Closed SimonHeybrock closed 3 years ago

SimonHeybrock commented 3 years ago

Neutron Scattering Unit Conversion

Status

scippneutron.convert (mostly equivalent to mantid.ConvertUnits) does the following:

  1. Compute new coord
  2. Replace/remove old coord
  3. Rename dimension associated with coord
  4. Map coords to attrs

The current syntax is:

scn.convert(da, origin='tof', target='wavelength', scatter=True)

One thing to note here is that in addition to the coord specified using the origin arg, scn.convert finds additional coords containing position information.

Bigger picture

We also need to consider:

Related Mantid algorithms:

Hypothesis

My current hunch is that there may be a better way to think of unit conversion mechanisms in a more modular manner. While the concrete decomposition of the problem is far from clear it might be that a 2-stage or multi-stage approach similar to groupby may be a good pattern:

da.groupby('two_theta').sum('pixel')

Questions

Brainstorming

# Should new coord be computed as separate step?
# scatter in 2 places?
da.coords['wavelength'] = scn.wavelength(da, gravity=True, scatter=True)
# Problem: would need to deal with events manually
da.bins.coords['wavelength'] = scn.wavelength(da.bins, gravity=True, scatter=True)

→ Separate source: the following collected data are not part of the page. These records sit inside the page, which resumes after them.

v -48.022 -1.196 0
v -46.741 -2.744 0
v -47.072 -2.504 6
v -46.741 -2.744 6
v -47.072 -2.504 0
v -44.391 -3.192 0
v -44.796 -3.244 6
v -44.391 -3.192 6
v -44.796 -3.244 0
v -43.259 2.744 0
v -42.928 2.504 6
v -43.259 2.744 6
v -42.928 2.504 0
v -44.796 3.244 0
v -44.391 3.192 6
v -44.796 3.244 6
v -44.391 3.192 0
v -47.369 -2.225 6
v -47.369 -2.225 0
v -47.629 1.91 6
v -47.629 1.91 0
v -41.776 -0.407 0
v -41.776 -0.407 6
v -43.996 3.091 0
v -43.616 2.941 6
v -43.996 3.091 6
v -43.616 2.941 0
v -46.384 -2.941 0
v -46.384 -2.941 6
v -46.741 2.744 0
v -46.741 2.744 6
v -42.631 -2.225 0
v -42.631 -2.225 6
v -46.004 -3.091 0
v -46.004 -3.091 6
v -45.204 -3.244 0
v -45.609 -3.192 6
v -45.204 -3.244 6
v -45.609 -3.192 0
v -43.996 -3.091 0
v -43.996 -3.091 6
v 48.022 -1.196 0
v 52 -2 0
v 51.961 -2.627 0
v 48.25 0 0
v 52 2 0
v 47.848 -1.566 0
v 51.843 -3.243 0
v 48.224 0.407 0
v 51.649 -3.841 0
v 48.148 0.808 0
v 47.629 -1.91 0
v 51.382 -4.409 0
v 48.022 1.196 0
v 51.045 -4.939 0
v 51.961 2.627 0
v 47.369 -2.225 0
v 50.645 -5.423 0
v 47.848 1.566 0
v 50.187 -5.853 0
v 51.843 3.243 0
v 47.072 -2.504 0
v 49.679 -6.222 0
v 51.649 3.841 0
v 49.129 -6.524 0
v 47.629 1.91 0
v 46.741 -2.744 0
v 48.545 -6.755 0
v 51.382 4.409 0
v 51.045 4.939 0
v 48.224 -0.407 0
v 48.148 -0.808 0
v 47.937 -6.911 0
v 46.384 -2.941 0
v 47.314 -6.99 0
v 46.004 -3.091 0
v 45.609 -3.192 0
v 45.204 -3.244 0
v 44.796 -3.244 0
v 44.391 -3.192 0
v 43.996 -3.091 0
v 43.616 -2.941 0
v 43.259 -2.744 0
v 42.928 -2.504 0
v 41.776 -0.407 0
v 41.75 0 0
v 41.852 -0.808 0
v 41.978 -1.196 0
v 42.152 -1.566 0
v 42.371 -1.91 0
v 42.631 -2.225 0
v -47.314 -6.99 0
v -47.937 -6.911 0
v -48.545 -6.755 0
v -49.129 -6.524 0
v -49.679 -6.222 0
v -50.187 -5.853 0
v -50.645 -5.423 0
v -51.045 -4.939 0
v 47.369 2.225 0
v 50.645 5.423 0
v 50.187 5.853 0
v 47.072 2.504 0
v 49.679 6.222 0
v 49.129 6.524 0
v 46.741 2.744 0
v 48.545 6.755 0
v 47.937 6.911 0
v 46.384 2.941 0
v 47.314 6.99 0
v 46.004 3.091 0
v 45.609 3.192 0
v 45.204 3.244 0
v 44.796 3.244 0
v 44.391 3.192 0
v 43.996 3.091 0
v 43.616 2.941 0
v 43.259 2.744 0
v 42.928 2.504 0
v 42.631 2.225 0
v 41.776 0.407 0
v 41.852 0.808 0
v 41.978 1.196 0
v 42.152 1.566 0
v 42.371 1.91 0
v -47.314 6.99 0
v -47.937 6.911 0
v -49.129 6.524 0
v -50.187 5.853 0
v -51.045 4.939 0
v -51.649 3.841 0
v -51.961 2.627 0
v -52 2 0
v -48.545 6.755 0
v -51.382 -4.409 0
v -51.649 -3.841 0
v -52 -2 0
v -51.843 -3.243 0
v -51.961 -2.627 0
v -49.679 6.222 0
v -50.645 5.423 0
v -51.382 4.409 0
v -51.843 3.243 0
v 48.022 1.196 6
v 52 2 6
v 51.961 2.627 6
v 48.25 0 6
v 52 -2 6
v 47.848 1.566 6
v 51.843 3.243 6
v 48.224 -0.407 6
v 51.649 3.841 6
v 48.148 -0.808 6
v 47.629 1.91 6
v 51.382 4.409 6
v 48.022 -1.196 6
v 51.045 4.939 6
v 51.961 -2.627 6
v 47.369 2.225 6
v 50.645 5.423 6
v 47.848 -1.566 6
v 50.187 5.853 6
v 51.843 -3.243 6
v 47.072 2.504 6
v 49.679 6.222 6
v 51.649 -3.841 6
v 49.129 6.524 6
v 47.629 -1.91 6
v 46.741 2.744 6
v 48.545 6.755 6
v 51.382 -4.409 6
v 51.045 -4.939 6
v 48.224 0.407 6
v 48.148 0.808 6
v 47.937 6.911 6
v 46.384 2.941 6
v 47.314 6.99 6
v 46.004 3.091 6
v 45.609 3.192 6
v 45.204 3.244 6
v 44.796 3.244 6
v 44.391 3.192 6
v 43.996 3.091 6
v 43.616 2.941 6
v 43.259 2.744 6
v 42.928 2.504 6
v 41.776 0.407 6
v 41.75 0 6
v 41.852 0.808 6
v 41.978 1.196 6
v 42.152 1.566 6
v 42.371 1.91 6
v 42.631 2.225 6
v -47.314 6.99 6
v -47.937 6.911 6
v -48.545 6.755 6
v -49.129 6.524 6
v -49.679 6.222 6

def wavelength(*, dim, gravity):
    def from_dspacing(*, dspacing, Ltotal, out=None):  # could out arg be used to do in-place convert?
        pass
    def from_tof(*, tof, Ltotal):
        pass
    def convert(func, **kwargs):
        return {'wavelength':func(**kwargs)}  # return dict so scn.convert knows name of new coord
    # must include tof, otherwise further ops prevented
    convert.coords_to_attrs = [] if scatter else [dim, 'position', 'Ltotal', 'source_position', 'sample_position']
    converters = {'tof':partial(convert, func=from_tof), ...}
    return converters[dim]

    Ltotal = lookup('Ltotal')  # walk tree, return coords required to compute it
    def from_tof(*, tof):
        # use tof and coords
        pass

# Two options:
# 1. teach transform_coords how to get/compute coords not in `da`
# 2. teach converter to only request coords that exist
da.transform_coords(converter=scn.wavelength('tof', 'Ltotal'=scn.SimpleGeometry(da)))
da.transform_coords(converter=scn.wavelength('tof', lookup=scn.GravityGeometry(da)))

da.transform_coords(converter=scn.wavelength('tof'), coord_lookup=scn.GravityGeometry)
da.transform_coords(converter=scn.wavelength('tof'), coord_lookup={'Ltotal':custom})
da.transform_coords(converter=sc.CoordConverter(sc.sqrt), coord_lookup={'Ltotal':custom})
# TODO consider xyz->spherical conversion as generic example

# if after conversion from A to B, A is kept:
# - conversion back to A should *not* assume that other coords unchanged (throw if coord exists?)
# - use coord requested by converter
# - same applies for conversion to C:
#   - converter=scn.wavelength('tof')  # use TOF coord, even if current dim is 'dspacing'
#   - converter=scn.wavelength('dspacing')  # do *not assume 'tof' is correct, compute it from 'dspacing' if required as intermediate step

converter = scn.wavelength(dim, gravity=True)  # this returns a *function*
converter = partial(scn.wavelength(dim), Ltotal=scn.Ltotal(gravity=True))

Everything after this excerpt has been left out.